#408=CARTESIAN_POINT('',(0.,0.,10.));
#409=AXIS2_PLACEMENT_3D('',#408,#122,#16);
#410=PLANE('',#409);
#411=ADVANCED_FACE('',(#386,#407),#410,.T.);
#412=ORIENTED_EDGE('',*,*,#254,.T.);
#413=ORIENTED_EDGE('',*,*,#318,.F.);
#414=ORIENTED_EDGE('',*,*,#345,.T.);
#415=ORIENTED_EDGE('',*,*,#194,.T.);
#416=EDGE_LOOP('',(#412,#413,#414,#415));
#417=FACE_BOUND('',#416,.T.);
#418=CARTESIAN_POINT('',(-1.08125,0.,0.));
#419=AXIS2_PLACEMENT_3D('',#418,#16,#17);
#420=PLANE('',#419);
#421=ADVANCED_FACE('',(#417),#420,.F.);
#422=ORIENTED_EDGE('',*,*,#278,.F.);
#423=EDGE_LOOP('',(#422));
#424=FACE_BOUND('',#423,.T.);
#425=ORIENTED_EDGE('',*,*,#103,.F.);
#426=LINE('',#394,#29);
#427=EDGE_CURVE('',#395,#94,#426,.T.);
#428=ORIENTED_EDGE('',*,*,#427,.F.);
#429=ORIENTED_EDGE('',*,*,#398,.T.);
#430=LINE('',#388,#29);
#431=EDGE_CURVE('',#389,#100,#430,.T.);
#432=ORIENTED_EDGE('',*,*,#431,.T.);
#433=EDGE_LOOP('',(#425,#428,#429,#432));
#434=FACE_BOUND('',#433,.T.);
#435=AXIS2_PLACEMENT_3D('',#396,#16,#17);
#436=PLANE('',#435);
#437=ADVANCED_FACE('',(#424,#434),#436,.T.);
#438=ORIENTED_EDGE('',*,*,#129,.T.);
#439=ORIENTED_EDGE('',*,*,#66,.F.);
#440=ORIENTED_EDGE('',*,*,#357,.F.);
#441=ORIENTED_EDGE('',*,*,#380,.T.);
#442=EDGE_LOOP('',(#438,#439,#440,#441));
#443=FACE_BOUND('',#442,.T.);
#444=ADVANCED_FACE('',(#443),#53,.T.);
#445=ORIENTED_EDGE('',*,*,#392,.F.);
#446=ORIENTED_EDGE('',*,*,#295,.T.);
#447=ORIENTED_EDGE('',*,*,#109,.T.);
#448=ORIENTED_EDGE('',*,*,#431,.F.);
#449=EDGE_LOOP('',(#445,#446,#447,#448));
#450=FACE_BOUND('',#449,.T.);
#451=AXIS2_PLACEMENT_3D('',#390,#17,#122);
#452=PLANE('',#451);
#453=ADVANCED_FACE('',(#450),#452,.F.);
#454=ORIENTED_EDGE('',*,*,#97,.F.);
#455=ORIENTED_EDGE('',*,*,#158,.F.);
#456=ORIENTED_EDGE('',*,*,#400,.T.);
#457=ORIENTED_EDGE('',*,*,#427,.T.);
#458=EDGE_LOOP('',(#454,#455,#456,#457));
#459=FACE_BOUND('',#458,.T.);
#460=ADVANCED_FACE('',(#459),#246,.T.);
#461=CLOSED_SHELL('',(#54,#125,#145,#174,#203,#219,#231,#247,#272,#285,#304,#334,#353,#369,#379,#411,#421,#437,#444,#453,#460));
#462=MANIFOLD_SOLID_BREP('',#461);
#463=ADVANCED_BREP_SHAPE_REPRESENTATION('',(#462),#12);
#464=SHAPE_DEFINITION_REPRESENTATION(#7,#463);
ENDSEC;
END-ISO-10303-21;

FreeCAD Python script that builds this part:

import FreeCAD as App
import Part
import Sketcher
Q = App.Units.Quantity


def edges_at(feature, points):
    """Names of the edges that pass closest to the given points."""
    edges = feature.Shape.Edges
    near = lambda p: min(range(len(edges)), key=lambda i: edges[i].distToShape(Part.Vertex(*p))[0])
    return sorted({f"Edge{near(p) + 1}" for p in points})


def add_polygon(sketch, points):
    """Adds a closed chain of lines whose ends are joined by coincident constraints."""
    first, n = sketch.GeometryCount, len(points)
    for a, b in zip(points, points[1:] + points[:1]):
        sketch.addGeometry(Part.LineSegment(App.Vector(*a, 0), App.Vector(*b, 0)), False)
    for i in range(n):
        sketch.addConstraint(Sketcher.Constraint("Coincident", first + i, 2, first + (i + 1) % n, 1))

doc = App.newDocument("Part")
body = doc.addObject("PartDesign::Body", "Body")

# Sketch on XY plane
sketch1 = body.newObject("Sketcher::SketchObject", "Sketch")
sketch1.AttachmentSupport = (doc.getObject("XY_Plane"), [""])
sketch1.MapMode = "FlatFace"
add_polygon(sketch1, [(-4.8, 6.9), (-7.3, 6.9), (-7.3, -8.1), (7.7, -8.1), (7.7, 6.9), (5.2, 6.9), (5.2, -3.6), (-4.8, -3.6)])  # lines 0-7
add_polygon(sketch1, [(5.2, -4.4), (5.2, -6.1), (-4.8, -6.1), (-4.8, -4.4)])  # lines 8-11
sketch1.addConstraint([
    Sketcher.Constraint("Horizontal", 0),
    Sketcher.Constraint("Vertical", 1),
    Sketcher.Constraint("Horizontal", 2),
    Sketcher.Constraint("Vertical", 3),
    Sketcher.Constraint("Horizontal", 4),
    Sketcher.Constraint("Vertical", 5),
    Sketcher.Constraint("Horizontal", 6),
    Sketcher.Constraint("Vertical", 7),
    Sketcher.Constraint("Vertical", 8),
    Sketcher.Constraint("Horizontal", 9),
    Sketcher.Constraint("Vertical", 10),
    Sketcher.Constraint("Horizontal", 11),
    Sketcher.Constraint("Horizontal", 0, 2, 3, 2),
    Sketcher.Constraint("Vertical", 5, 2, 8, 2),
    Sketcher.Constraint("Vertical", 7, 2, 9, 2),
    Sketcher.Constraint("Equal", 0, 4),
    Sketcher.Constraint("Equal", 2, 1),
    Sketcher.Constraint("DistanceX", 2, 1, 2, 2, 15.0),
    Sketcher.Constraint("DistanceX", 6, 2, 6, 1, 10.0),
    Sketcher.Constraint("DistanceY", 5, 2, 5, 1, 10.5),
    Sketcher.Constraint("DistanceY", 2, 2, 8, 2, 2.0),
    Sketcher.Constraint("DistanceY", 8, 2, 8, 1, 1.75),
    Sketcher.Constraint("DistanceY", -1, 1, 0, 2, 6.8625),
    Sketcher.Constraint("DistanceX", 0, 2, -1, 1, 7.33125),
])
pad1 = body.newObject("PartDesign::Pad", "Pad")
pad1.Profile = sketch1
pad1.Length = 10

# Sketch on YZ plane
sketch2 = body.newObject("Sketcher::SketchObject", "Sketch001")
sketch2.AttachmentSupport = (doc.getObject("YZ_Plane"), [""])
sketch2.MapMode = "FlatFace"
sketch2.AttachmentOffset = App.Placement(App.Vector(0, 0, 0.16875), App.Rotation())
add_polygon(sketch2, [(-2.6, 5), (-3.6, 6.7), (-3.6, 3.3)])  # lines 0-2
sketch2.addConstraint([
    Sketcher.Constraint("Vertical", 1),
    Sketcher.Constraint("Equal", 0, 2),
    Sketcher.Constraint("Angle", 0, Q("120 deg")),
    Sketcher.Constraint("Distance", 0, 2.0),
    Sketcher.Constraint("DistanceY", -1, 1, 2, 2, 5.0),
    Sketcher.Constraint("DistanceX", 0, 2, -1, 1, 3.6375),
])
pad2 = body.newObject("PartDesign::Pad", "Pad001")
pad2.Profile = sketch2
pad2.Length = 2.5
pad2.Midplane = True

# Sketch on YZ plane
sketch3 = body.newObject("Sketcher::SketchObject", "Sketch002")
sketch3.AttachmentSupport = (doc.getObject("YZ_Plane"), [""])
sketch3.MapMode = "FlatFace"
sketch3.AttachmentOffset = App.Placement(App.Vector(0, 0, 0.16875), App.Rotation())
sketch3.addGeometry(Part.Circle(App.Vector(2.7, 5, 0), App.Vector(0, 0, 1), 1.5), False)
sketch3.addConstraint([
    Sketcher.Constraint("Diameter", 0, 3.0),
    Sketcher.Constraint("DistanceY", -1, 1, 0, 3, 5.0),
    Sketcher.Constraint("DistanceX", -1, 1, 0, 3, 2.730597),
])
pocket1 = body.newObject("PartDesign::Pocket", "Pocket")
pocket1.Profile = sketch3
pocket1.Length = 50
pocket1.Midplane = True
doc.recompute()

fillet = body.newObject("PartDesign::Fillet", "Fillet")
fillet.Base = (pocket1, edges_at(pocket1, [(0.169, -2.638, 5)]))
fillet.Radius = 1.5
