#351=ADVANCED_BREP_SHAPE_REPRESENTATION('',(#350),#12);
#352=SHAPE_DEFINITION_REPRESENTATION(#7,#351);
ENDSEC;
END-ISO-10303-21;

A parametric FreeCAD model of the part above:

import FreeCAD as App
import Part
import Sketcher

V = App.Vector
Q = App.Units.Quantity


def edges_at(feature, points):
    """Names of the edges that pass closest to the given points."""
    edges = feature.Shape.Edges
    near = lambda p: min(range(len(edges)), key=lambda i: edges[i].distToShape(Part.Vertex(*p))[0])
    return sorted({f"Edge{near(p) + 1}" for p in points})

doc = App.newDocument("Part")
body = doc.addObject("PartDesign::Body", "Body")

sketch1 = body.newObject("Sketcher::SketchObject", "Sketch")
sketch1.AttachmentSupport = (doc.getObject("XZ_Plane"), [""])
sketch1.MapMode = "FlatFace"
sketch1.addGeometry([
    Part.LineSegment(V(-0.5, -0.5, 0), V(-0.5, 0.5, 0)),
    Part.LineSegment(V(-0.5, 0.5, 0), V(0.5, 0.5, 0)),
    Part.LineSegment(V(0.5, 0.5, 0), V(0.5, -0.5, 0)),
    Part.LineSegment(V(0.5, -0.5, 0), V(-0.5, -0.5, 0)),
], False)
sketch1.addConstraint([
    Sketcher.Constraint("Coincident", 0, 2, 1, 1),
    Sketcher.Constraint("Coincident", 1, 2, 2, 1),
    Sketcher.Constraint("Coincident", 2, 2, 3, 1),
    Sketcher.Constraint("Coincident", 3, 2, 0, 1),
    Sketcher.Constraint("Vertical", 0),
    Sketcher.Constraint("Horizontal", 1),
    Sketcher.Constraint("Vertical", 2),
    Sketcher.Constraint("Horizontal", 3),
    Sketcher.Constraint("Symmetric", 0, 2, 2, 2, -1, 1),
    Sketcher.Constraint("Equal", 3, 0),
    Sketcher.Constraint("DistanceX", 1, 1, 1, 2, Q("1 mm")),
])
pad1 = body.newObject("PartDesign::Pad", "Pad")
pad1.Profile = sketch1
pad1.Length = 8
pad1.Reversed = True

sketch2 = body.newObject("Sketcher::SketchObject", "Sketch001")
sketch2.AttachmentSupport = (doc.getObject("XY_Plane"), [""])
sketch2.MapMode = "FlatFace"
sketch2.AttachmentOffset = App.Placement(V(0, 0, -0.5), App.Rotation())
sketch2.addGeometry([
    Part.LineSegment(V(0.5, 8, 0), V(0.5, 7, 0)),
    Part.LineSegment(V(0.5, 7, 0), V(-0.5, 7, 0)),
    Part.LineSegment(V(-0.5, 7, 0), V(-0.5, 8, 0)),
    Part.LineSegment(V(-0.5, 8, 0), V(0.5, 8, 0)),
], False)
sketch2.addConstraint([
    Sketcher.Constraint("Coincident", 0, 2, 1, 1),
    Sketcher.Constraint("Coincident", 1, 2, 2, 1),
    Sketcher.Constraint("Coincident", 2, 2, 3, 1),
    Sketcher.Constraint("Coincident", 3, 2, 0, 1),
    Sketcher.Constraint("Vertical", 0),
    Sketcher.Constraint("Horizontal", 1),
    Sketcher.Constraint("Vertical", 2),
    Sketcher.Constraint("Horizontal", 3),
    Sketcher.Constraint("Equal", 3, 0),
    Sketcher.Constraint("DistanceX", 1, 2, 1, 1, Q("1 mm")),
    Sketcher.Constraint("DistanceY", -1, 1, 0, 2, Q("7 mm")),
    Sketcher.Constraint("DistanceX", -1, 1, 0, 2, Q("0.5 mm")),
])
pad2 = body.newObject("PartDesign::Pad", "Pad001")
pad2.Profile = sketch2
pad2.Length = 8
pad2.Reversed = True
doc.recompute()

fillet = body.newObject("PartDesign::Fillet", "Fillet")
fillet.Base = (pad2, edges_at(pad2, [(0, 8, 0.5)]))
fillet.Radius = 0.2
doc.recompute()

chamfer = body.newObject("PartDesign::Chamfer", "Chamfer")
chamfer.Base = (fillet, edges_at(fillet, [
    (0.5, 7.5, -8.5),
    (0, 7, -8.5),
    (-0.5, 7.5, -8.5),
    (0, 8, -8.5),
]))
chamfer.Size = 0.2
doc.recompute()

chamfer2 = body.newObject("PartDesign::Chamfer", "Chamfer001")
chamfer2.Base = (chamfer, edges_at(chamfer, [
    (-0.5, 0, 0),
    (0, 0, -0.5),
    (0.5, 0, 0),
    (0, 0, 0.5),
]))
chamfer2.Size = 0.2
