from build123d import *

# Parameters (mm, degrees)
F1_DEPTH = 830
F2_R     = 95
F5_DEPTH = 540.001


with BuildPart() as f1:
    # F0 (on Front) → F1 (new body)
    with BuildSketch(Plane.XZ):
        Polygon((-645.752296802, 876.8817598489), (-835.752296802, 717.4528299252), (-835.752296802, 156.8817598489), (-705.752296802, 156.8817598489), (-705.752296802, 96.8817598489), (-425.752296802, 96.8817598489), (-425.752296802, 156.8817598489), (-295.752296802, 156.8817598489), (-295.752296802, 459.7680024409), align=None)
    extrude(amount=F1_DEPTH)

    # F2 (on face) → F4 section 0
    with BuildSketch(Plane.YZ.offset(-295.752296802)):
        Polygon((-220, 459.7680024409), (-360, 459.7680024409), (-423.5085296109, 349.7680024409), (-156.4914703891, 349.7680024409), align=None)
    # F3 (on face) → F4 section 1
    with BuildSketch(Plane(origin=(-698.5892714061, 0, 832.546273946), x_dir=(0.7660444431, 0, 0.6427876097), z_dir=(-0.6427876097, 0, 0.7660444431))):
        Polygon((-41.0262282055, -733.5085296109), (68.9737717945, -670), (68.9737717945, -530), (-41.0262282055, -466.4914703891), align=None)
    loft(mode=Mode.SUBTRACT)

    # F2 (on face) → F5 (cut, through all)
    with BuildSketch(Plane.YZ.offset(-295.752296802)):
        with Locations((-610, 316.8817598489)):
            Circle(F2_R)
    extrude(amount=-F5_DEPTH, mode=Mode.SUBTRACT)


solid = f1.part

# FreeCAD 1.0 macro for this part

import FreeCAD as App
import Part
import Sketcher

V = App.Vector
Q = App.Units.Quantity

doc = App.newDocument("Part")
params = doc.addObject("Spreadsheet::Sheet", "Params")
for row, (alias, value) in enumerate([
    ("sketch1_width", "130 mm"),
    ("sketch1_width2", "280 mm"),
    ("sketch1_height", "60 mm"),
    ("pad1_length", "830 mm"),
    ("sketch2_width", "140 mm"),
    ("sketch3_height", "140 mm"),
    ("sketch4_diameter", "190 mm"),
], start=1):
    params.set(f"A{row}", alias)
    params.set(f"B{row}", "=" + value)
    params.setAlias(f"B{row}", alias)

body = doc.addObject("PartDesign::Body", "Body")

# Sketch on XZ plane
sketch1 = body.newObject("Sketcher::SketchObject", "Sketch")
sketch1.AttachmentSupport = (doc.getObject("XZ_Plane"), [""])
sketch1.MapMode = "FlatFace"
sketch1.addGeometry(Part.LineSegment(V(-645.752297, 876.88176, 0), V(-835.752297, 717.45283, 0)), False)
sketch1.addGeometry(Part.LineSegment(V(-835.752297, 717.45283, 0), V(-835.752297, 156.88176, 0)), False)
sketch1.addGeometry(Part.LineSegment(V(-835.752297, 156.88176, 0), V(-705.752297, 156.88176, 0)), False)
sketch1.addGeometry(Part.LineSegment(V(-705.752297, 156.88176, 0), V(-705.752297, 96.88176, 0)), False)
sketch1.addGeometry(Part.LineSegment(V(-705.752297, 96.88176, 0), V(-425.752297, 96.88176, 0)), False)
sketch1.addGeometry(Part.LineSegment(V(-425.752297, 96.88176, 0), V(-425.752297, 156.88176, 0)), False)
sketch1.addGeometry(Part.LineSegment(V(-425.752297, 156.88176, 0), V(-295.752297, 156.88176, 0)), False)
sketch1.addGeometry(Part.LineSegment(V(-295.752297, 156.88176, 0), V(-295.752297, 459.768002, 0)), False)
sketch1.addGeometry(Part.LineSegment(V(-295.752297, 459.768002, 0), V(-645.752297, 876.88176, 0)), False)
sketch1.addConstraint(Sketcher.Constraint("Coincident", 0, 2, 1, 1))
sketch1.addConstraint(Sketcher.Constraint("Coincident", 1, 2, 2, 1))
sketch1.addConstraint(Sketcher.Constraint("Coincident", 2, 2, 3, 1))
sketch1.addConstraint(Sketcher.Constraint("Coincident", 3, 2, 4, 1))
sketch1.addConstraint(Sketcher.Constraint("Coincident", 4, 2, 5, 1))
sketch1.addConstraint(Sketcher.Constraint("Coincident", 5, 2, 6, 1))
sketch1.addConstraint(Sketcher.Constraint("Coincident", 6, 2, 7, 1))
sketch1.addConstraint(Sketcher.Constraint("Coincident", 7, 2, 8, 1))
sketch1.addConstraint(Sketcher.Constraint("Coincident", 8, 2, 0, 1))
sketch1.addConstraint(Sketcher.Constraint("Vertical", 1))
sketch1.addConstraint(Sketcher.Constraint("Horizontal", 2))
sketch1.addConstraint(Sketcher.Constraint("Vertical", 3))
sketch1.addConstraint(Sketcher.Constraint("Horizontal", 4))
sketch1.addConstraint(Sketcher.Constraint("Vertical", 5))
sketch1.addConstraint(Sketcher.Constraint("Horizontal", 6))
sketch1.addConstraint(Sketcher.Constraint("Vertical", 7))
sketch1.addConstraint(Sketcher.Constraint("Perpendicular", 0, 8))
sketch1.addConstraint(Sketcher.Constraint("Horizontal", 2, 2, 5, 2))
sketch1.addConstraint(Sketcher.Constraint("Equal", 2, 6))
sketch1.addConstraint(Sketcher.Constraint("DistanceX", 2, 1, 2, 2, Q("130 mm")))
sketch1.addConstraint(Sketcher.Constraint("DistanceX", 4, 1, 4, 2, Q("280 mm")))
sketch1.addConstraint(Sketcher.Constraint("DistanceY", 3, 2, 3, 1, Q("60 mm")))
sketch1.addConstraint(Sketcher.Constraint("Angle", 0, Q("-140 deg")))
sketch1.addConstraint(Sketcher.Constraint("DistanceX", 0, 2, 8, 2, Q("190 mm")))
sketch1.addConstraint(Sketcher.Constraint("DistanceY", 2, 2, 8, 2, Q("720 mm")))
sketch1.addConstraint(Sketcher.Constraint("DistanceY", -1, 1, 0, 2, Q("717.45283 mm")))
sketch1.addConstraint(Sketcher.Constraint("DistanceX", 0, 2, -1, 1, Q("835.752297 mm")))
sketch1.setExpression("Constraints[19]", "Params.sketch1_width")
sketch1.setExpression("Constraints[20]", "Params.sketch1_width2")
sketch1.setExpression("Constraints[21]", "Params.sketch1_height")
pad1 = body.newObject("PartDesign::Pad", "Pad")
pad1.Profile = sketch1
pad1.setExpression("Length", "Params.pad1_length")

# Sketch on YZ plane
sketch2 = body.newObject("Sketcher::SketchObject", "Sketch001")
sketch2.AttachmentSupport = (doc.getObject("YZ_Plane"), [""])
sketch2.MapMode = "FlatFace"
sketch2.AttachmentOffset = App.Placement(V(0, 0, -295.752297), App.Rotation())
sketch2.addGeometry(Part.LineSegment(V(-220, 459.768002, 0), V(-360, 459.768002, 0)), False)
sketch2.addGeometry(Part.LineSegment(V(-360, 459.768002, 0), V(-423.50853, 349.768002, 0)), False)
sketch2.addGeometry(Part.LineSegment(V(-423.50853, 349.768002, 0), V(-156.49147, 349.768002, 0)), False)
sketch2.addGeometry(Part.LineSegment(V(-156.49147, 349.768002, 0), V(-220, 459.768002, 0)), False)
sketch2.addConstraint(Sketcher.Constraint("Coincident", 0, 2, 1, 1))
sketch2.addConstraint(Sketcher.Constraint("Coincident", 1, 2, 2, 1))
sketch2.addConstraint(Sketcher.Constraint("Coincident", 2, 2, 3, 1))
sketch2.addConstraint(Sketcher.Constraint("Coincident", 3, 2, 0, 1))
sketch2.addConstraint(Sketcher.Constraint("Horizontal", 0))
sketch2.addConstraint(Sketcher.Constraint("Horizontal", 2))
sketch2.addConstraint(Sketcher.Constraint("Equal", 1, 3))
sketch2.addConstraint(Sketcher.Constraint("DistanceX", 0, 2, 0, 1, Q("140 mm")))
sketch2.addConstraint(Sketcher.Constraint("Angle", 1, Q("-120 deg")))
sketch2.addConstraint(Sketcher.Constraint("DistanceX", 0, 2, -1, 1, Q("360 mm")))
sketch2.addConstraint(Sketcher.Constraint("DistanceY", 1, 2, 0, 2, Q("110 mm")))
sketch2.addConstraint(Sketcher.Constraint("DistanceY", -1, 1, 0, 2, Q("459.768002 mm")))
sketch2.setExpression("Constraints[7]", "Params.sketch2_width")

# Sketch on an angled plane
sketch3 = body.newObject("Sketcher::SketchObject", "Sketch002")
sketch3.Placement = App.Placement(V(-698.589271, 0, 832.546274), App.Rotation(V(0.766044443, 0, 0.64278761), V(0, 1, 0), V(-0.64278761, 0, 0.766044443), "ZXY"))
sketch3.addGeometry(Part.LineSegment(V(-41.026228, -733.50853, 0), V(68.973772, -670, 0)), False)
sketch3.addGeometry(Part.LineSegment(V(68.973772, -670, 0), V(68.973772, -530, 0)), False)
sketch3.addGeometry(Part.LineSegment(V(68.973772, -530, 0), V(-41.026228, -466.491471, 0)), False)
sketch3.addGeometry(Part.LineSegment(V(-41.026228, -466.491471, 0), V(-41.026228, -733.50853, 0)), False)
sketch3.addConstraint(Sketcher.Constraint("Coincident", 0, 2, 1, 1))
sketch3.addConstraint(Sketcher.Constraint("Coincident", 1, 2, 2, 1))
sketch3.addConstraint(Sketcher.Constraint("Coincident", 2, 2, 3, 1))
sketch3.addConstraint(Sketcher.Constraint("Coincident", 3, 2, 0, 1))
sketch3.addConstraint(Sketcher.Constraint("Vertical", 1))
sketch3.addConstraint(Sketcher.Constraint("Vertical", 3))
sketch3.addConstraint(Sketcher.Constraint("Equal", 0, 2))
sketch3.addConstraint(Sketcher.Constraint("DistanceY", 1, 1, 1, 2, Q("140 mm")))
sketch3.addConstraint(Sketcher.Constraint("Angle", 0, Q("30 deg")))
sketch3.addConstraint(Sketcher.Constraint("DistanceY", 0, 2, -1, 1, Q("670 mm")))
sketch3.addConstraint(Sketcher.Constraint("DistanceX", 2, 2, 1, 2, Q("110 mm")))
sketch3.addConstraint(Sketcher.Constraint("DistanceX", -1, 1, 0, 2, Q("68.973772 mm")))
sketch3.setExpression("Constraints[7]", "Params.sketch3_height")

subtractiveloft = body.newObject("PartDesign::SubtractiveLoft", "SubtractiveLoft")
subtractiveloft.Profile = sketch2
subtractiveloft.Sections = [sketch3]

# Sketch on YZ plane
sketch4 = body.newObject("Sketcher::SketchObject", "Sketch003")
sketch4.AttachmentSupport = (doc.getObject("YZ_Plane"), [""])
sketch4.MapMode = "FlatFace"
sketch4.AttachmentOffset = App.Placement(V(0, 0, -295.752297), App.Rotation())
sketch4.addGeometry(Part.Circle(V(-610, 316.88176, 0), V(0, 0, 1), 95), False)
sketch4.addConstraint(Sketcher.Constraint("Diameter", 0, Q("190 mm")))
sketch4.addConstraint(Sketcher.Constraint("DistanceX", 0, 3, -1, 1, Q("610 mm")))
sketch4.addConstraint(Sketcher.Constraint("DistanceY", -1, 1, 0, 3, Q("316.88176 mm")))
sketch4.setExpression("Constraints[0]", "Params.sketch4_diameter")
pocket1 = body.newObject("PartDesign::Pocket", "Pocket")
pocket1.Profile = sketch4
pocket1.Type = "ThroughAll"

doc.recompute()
##############################
● **TASK DETAILS**
Everything from the first line of the material through the line containing "#454=ORIENTED_EDGE('',*,*,#97,.F.);" is to be printed exactly; lines after that are to be left out.

● **RESULT**
#408=CARTESIAN_POINT('',(0.,0.,10.));
#409=AXIS2_PLACEMENT_3D('',#408,#122,#16);
#410=PLANE('',#409);
#411=ADVANCED_FACE('',(#386,#407),#410,.T.);
#412=ORIENTED_EDGE('',*,*,#254,.T.);
#413=ORIENTED_EDGE('',*,*,#318,.F.);
#414=ORIENTED_EDGE('',*,*,#345,.T.);
#415=ORIENTED_EDGE('',*,*,#194,.T.);
#416=EDGE_LOOP('',(#412,#413,#414,#415));
#417=FACE_BOUND('',#416,.T.);
#418=CARTESIAN_POINT('',(-1.08125,0.,0.));
#419=AXIS2_PLACEMENT_3D('',#418,#16,#17);
#420=PLANE('',#419);
#421=ADVANCED_FACE('',(#417),#420,.F.);
#422=ORIENTED_EDGE('',*,*,#278,.F.);
#423=EDGE_LOOP('',(#422));
#424=FACE_BOUND('',#423,.T.);
#425=ORIENTED_EDGE('',*,*,#103,.F.);
#426=LINE('',#394,#29);
#427=EDGE_CURVE('',#395,#94,#426,.T.);
#428=ORIENTED_EDGE('',*,*,#427,.F.);
#429=ORIENTED_EDGE('',*,*,#398,.T.);
#430=LINE('',#388,#29);
#431=EDGE_CURVE('',#389,#100,#430,.T.);
#432=ORIENTED_EDGE('',*,*,#431,.T.);
#433=EDGE_LOOP('',(#425,#428,#429,#432));
#434=FACE_BOUND('',#433,.T.);
#435=AXIS2_PLACEMENT_3D('',#396,#16,#17);
#436=PLANE('',#435);
#437=ADVANCED_FACE('',(#424,#434),#436,.T.);
#438=ORIENTED_EDGE('',*,*,#129,.T.);
#439=ORIENTED_EDGE('',*,*,#66,.F.);
#440=ORIENTED_EDGE('',*,*,#357,.F.);
#441=ORIENTED_EDGE('',*,*,#380,.T.);
#442=EDGE_LOOP('',(#438,#439,#440,#441));
#443=FACE_BOUND('',#442,.T.);
#444=ADVANCED_FACE('',(#443),#53,.T.);
#445=ORIENTED_EDGE('',*,*,#392,.F.);
#446=ORIENTED_EDGE('',*,*,#295,.T.);
#447=ORIENTED_EDGE('',*,*,#109,.T.);
#448=ORIENTED_EDGE('',*,*,#431,.F.);
#449=EDGE_LOOP('',(#445,#446,#447,#448));
#450=FACE_BOUND('',#449,.T.);
#451=AXIS2_PLACEMENT_3D('',#390,#17,#122);
#452=PLANE('',#451);
#453=ADVANCED_FACE('',(#450),#452,.F.);
#454=ORIENTED_EDGE('',*,*,#97,.F.);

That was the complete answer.